Action item: Every line in the records below between the one holding "v41 (45,3,-31.622777)" and the one holding "e38 -e50 -e13]", inclusive, is to be set down exactly; all other lines are to be left out.

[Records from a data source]
=-=-=-=-=

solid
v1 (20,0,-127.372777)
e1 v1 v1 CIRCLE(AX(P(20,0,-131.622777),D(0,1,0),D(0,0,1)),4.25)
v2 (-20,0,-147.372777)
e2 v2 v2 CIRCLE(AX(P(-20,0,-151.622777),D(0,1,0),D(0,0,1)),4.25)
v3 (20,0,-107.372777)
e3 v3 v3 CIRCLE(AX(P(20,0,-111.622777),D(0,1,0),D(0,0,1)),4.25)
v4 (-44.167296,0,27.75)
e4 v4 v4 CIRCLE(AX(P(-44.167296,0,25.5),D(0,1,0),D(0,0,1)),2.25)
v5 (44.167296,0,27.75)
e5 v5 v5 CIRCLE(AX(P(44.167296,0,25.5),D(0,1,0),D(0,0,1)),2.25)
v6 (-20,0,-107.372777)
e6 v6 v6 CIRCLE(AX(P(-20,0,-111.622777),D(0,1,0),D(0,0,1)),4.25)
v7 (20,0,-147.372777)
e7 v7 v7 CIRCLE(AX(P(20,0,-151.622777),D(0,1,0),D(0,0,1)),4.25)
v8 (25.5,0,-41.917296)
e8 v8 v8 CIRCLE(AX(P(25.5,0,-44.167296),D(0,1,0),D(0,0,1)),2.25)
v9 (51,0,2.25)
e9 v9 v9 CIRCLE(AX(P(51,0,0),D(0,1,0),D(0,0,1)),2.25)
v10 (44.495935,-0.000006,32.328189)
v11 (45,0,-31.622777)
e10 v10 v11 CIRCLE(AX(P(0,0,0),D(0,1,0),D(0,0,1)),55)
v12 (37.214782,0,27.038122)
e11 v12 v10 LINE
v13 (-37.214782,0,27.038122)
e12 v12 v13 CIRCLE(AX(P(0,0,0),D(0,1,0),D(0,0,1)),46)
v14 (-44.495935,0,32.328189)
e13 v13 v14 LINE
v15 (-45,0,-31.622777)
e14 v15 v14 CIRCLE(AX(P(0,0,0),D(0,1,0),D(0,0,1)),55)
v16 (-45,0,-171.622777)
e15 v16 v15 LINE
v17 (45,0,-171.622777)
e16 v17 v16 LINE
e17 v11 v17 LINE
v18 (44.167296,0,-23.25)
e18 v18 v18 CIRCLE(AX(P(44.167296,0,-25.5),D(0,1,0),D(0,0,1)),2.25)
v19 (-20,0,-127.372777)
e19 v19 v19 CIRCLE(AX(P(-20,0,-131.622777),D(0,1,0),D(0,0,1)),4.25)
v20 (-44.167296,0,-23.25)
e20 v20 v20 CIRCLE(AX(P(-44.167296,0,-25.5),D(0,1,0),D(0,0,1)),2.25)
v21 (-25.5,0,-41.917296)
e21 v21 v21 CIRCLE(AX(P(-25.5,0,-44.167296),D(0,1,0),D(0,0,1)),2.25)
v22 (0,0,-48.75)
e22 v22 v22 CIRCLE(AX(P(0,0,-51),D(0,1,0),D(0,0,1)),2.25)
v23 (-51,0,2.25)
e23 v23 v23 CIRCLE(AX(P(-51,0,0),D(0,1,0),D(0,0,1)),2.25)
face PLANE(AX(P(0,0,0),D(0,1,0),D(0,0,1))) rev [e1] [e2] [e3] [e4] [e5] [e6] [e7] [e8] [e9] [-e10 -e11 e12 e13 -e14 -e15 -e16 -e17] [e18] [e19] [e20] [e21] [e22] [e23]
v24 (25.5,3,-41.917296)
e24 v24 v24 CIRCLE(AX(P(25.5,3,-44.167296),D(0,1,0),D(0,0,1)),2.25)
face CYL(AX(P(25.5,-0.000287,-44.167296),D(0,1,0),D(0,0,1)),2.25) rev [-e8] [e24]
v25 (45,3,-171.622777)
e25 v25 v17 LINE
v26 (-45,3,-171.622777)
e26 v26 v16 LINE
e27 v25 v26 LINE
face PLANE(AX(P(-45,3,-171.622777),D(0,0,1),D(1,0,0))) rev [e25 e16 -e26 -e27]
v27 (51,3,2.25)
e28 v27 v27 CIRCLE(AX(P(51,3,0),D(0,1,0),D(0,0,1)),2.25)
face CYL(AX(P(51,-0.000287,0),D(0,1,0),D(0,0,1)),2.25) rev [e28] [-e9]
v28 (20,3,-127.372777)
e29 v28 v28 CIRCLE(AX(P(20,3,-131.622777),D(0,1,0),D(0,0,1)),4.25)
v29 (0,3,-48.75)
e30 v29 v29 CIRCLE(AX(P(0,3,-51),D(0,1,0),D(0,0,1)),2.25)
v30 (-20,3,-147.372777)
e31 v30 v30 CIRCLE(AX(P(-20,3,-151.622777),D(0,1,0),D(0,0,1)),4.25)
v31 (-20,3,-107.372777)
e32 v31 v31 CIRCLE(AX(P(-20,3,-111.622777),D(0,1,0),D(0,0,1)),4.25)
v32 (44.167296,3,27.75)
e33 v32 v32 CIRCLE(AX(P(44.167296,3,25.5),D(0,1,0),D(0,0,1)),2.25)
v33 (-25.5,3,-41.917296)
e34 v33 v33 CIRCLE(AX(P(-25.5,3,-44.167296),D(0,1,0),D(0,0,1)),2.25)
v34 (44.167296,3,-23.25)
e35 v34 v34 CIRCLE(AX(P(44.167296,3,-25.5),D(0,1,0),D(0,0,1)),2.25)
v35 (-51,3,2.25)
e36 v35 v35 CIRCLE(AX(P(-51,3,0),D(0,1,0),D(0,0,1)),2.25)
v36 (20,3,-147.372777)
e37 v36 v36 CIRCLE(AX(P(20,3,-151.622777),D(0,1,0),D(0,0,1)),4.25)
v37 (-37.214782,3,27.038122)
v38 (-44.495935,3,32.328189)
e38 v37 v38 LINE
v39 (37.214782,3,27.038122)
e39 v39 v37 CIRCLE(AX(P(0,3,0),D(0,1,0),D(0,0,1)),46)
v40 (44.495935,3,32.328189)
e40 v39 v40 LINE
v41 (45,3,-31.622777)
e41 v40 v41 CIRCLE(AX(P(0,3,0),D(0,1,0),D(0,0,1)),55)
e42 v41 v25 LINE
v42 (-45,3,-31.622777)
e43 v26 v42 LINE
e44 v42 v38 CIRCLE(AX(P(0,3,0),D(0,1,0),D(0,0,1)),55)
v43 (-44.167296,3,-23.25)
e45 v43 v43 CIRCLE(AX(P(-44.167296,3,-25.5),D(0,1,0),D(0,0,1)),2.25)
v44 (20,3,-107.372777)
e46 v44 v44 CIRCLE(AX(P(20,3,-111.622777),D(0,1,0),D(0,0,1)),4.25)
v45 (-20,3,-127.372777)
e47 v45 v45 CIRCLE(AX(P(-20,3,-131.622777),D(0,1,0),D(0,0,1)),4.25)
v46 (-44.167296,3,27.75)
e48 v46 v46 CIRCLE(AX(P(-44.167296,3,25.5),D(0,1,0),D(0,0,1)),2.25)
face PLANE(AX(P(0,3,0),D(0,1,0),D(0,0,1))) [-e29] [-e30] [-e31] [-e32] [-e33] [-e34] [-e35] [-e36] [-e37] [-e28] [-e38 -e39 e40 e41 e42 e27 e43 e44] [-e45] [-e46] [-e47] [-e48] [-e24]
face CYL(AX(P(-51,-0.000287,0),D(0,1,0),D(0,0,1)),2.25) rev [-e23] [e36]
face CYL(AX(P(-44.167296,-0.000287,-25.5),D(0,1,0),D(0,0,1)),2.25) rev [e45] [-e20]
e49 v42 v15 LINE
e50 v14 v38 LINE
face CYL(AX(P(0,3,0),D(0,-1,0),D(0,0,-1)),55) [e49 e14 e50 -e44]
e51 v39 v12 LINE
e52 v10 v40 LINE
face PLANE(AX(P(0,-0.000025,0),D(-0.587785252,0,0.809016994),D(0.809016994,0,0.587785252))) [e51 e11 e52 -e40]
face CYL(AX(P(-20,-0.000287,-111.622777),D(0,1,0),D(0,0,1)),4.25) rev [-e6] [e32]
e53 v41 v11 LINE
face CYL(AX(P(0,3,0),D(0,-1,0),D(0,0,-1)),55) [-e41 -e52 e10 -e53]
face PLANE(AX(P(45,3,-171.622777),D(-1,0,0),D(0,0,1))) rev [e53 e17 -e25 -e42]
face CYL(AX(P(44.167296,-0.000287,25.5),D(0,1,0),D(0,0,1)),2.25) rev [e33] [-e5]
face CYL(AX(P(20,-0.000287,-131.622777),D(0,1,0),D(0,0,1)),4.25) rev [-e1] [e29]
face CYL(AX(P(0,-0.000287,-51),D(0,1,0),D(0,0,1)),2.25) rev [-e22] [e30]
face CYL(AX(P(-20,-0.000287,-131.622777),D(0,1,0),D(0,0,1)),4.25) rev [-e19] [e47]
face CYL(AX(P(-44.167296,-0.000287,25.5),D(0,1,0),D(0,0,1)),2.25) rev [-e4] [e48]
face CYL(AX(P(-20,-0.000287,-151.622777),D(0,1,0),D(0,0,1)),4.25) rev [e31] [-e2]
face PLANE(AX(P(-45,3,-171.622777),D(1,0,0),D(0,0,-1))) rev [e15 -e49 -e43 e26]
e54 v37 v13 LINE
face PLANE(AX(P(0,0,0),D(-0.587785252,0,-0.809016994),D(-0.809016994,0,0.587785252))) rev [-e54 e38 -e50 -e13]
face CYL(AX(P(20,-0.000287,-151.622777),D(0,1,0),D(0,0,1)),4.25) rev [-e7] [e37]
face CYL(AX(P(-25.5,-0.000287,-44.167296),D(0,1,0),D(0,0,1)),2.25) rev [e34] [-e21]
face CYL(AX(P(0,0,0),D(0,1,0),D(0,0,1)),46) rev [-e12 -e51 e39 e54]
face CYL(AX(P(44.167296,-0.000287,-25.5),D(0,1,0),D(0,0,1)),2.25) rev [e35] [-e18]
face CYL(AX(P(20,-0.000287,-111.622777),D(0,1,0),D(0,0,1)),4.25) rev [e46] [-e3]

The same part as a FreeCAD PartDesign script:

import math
import FreeCAD as App
import Part
import Sketcher
Q = App.Units.Quantity


def add_polygon(sketch, points):
    """Adds a closed chain of lines whose ends are joined by coincident constraints."""
    first, n = sketch.GeometryCount, len(points)
    for a, b in zip(points, points[1:] + points[:1]):
        sketch.addGeometry(Part.LineSegment(App.Vector(*a, 0), App.Vector(*b, 0)), False)
    for i in range(n):
        sketch.addConstraint(Sketcher.Constraint("Coincident", first + i, 2, first + (i + 1) % n, 1))

doc = App.newDocument("Part")
body = doc.addObject("PartDesign::Body", "Body")

sketch1 = body.newObject("Sketcher::SketchObject", "Sketch")
sketch1.AttachmentSupport = (doc.getObject("XZ_Plane"), [""])
sketch1.MapMode = "FlatFace"
sketch1.addGeometry(Part.Circle(App.Vector(0, 0, 0), App.Vector(0, 0, 1), 55), False)
sketch1.addConstraint([
    Sketcher.Constraint("Coincident", 0, 3, -1, 1),
    Sketcher.Constraint("Diameter", 0, 110.0),
])
pad1 = body.newObject("PartDesign::Pad", "Pad")
pad1.Profile = sketch1
pad1.Length = 3
pad1.Reversed = True

sketch2 = body.newObject("Sketcher::SketchObject", "Sketch001")
sketch2.AttachmentSupport = (doc.getObject("XZ_Plane"), [""])
sketch2.MapMode = "FlatFace"
add_polygon(sketch2, [(-45, -172), (-45, -32), (45, -32), (45, -172)])
sketch2.addConstraint([
    Sketcher.Constraint("Vertical", 0),
    Sketcher.Constraint("Horizontal", 1),
    Sketcher.Constraint("Vertical", 2),
    Sketcher.Constraint("Horizontal", 3),
    Sketcher.Constraint("DistanceX", 1, 1, 1, 2, 90.0),
    Sketcher.Constraint("DistanceY", 0, 1, 0, 2, 140.0),
    Sketcher.Constraint("DistanceX", 0, 2, -1, 1, 45.0),
    Sketcher.Constraint("DistanceY", 0, 2, -1, 1, 31.622777),
])
pad2 = body.newObject("PartDesign::Pad", "Pad001")
pad2.Profile = sketch2
pad2.Length = 3
pad2.Reversed = True

sketch3 = body.newObject("Sketcher::SketchObject", "Sketch002")
sketch3.AttachmentSupport = (doc.getObject("XZ_Plane"), [""])
sketch3.MapMode = "FlatFace"
sketch3.AttachmentOffset = App.Placement(App.Vector(0, 0, -3), App.Rotation())
sketch3.addGeometry(Part.Circle(App.Vector(0, 0, 0), App.Vector(0, 0, 1), 46), False)
sketch3.addConstraint([
    Sketcher.Constraint("Coincident", 0, 3, -1, 1),
    Sketcher.Constraint("Diameter", 0, 92.0),
])
pocket1 = body.newObject("PartDesign::Pocket", "Pocket")
pocket1.Profile = sketch3
pocket1.Type = "ThroughAll"
pocket1.Midplane = True

sketch4 = body.newObject("Sketcher::SketchObject", "Sketch003")
sketch4.AttachmentSupport = (doc.getObject("XZ_Plane"), [""])
sketch4.MapMode = "FlatFace"
sketch4.AttachmentOffset = App.Placement(App.Vector(0, 0, 1), App.Rotation())
sketch4.addGeometry([
    Part.LineSegment(App.Vector(0, 55, 0), App.Vector(0, 0, 0)),
    Part.LineSegment(App.Vector(0, 0, 0), App.Vector(-44, 32, 0)),
    Part.ArcOfCircle(Part.Circle(App.Vector(0, 0, 0), App.Vector(0, 0, 1), 55), math.radians(90), math.radians(144)),
], False)
sketch4.addConstraint([
    Sketcher.Constraint("Coincident", 0, 2, 1, 1),
    Sketcher.Constraint("Coincident", 1, 2, 2, 2),
    Sketcher.Constraint("Coincident", 2, 1, 0, 1),
    Sketcher.Constraint("Vertical", 0),
    Sketcher.Constraint("Coincident", 2, 3, -1, 1),
    Sketcher.Constraint("Coincident", 0, 2, -1, 1),
    Sketcher.Constraint("Radius", 2, 55.0),
    Sketcher.Constraint("Angle", 1, Q("144 deg")),
])
pocket2 = body.newObject("PartDesign::Pocket", "Pocket001")
pocket2.Profile = sketch4
pocket2.Length = 5
doc.recompute()

mirrored = body.newObject("PartDesign::Mirrored", "Mirrored")
mirrored.Originals = [pocket2]
mirrored.MirrorPlane = (doc.getObject("YZ_Plane"), [""])
body.Tip = mirrored

sketch5 = body.newObject("Sketcher::SketchObject", "Sketch004")
sketch5.AttachmentSupport = (doc.getObject("XZ_Plane"), [""])
sketch5.MapMode = "FlatFace"
sketch5.AttachmentOffset = App.Placement(App.Vector(0, 0, 1), App.Rotation())
sketch5.addGeometry(Part.Circle(App.Vector(0, -51, 0), App.Vector(0, 0, 1), 2.2), False)
sketch5.addConstraint([
    Sketcher.Constraint("PointOnObject", 0, 3, -2),
    Sketcher.Constraint("Diameter", 0, 4.5),
    Sketcher.Constraint("DistanceY", 0, 3, -1, 1, 51.0),
])
pocket3 = body.newObject("PartDesign::Pocket", "Pocket002")
pocket3.Profile = sketch5
pocket3.Length = 5
doc.recompute()

polarpattern = body.newObject("PartDesign::PolarPattern", "PolarPattern")
polarpattern.Originals = [pocket3]
polarpattern.Axis = (doc.getObject("Y_Axis"), [""])
polarpattern.Angle = 360
polarpattern.Occurrences = 12
body.Tip = polarpattern

sketch6 = body.newObject("Sketcher::SketchObject", "Sketch005")
sketch6.AttachmentSupport = (doc.getObject("XZ_Plane"), [""])
sketch6.MapMode = "FlatFace"
sketch6.AttachmentOffset = App.Placement(App.Vector(0, 0, 1), App.Rotation())
sketch6.addGeometry([
    Part.Circle(App.Vector(20, -151.6, 0), App.Vector(0, 0, 1), 4.2),
    Part.Circle(App.Vector(-20, -151.6, 0), App.Vector(0, 0, 1), 4.2),
], False)
sketch6.addConstraint([
    Sketcher.Constraint("Equal", 0, 1),
    Sketcher.Constraint("Symmetric", 0, 3, 1, 3, -2),
    Sketcher.Constraint("Diameter", 0, 8.5),
    Sketcher.Constraint("DistanceX", -1, 1, 0, 3, 20.0),
    Sketcher.Constraint("DistanceY", 0, 3, -1, 1, 151.622777),
])
pocket4 = body.newObject("PartDesign::Pocket", "Pocket003")
pocket4.Profile = sketch6
pocket4.Length = 5
doc.recompute()

linearpattern = body.newObject("PartDesign::LinearPattern", "LinearPattern")
linearpattern.Originals = [pocket4]
linearpattern.Direction = (doc.getObject("Z_Axis"), [""])
linearpattern.Mode = "offset"
linearpattern.Offset = 20
linearpattern.Occurrences = 3
body.Tip = linearpattern

doc.recompute()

=-=-=-=-=

Exercise response:
v41 (45,3,-31.622777)
e41 v40 v41 CIRCLE(AX(P(0,3,0),D(0,1,0),D(0,0,1)),55)
e42 v41 v25 LINE
v42 (-45,3,-31.622777)
e43 v26 v42 LINE
e44 v42 v38 CIRCLE(AX(P(0,3,0),D(0,1,0),D(0,0,1)),55)
v43 (-44.167296,3,-23.25)
e45 v43 v43 CIRCLE(AX(P(-44.167296,3,-25.5),D(0,1,0),D(0,0,1)),2.25)
v44 (20,3,-107.372777)
e46 v44 v44 CIRCLE(AX(P(20,3,-111.622777),D(0,1,0),D(0,0,1)),4.25)
v45 (-20,3,-127.372777)
e47 v45 v45 CIRCLE(AX(P(-20,3,-131.622777),D(0,1,0),D(0,0,1)),4.25)
v46 (-44.167296,3,27.75)
e48 v46 v46 CIRCLE(AX(P(-44.167296,3,25.5),D(0,1,0),D(0,0,1)),2.25)
face PLANE(AX(P(0,3,0),D(0,1,0),D(0,0,1))) [-e29] [-e30] [-e31] [-e32] [-e33] [-e34] [-e35] [-e36] [-e37] [-e28] [-e38 -e39 e40 e41 e42 e27 e43 e44] [-e45] [-e46] [-e47] [-e48] [-e24]
face CYL(AX(P(-51,-0.000287,0),D(0,1,0),D(0,0,1)),2.25) rev [-e23] [e36]
face CYL(AX(P(-44.167296,-0.000287,-25.5),D(0,1,0),D(0,0,1)),2.25) rev [e45] [-e20]
e49 v42 v15 LINE
e50 v14 v38 LINE
face CYL(AX(P(0,3,0),D(0,-1,0),D(0,0,-1)),55) [e49 e14 e50 -e44]
e51 v39 v12 LINE
e52 v10 v40 LINE
face PLANE(AX(P(0,-0.000025,0),D(-0.587785252,0,0.809016994),D(0.809016994,0,0.587785252))) [e51 e11 e52 -e40]
face CYL(AX(P(-20,-0.000287,-111.622777),D(0,1,0),D(0,0,1)),4.25) rev [-e6] [e32]
e53 v41 v11 LINE
face CYL(AX(P(0,3,0),D(0,-1,0),D(0,0,-1)),55) [-e41 -e52 e10 -e53]
face PLANE(AX(P(45,3,-171.622777),D(-1,0,0),D(0,0,1))) rev [e53 e17 -e25 -e42]
face CYL(AX(P(44.167296,-0.000287,25.5),D(0,1,0),D(0,0,1)),2.25) rev [e33] [-e5]
face CYL(AX(P(20,-0.000287,-131.622777),D(0,1,0),D(0,0,1)),4.25) rev [-e1] [e29]
face CYL(AX(P(0,-0.000287,-51),D(0,1,0),D(0,0,1)),2.25) rev [-e22] [e30]
face CYL(AX(P(-20,-0.000287,-131.622777),D(0,1,0),D(0,0,1)),4.25) rev [-e19] [e47]
face CYL(AX(P(-44.167296,-0.000287,25.5),D(0,1,0),D(0,0,1)),2.25) rev [-e4] [e48]
face CYL(AX(P(-20,-0.000287,-151.622777),D(0,1,0),D(0,0,1)),4.25) rev [e31] [-e2]
face PLANE(AX(P(-45,3,-171.622777),D(1,0,0),D(0,0,-1))) rev [e15 -e49 -e43 e26]
e54 v37 v13 LINE
face PLANE(AX(P(0,0,0),D(-0.587785252,0,-0.809016994),D(-0.809016994,0,0.587785252))) rev [-e54 e38 -e50 -e13]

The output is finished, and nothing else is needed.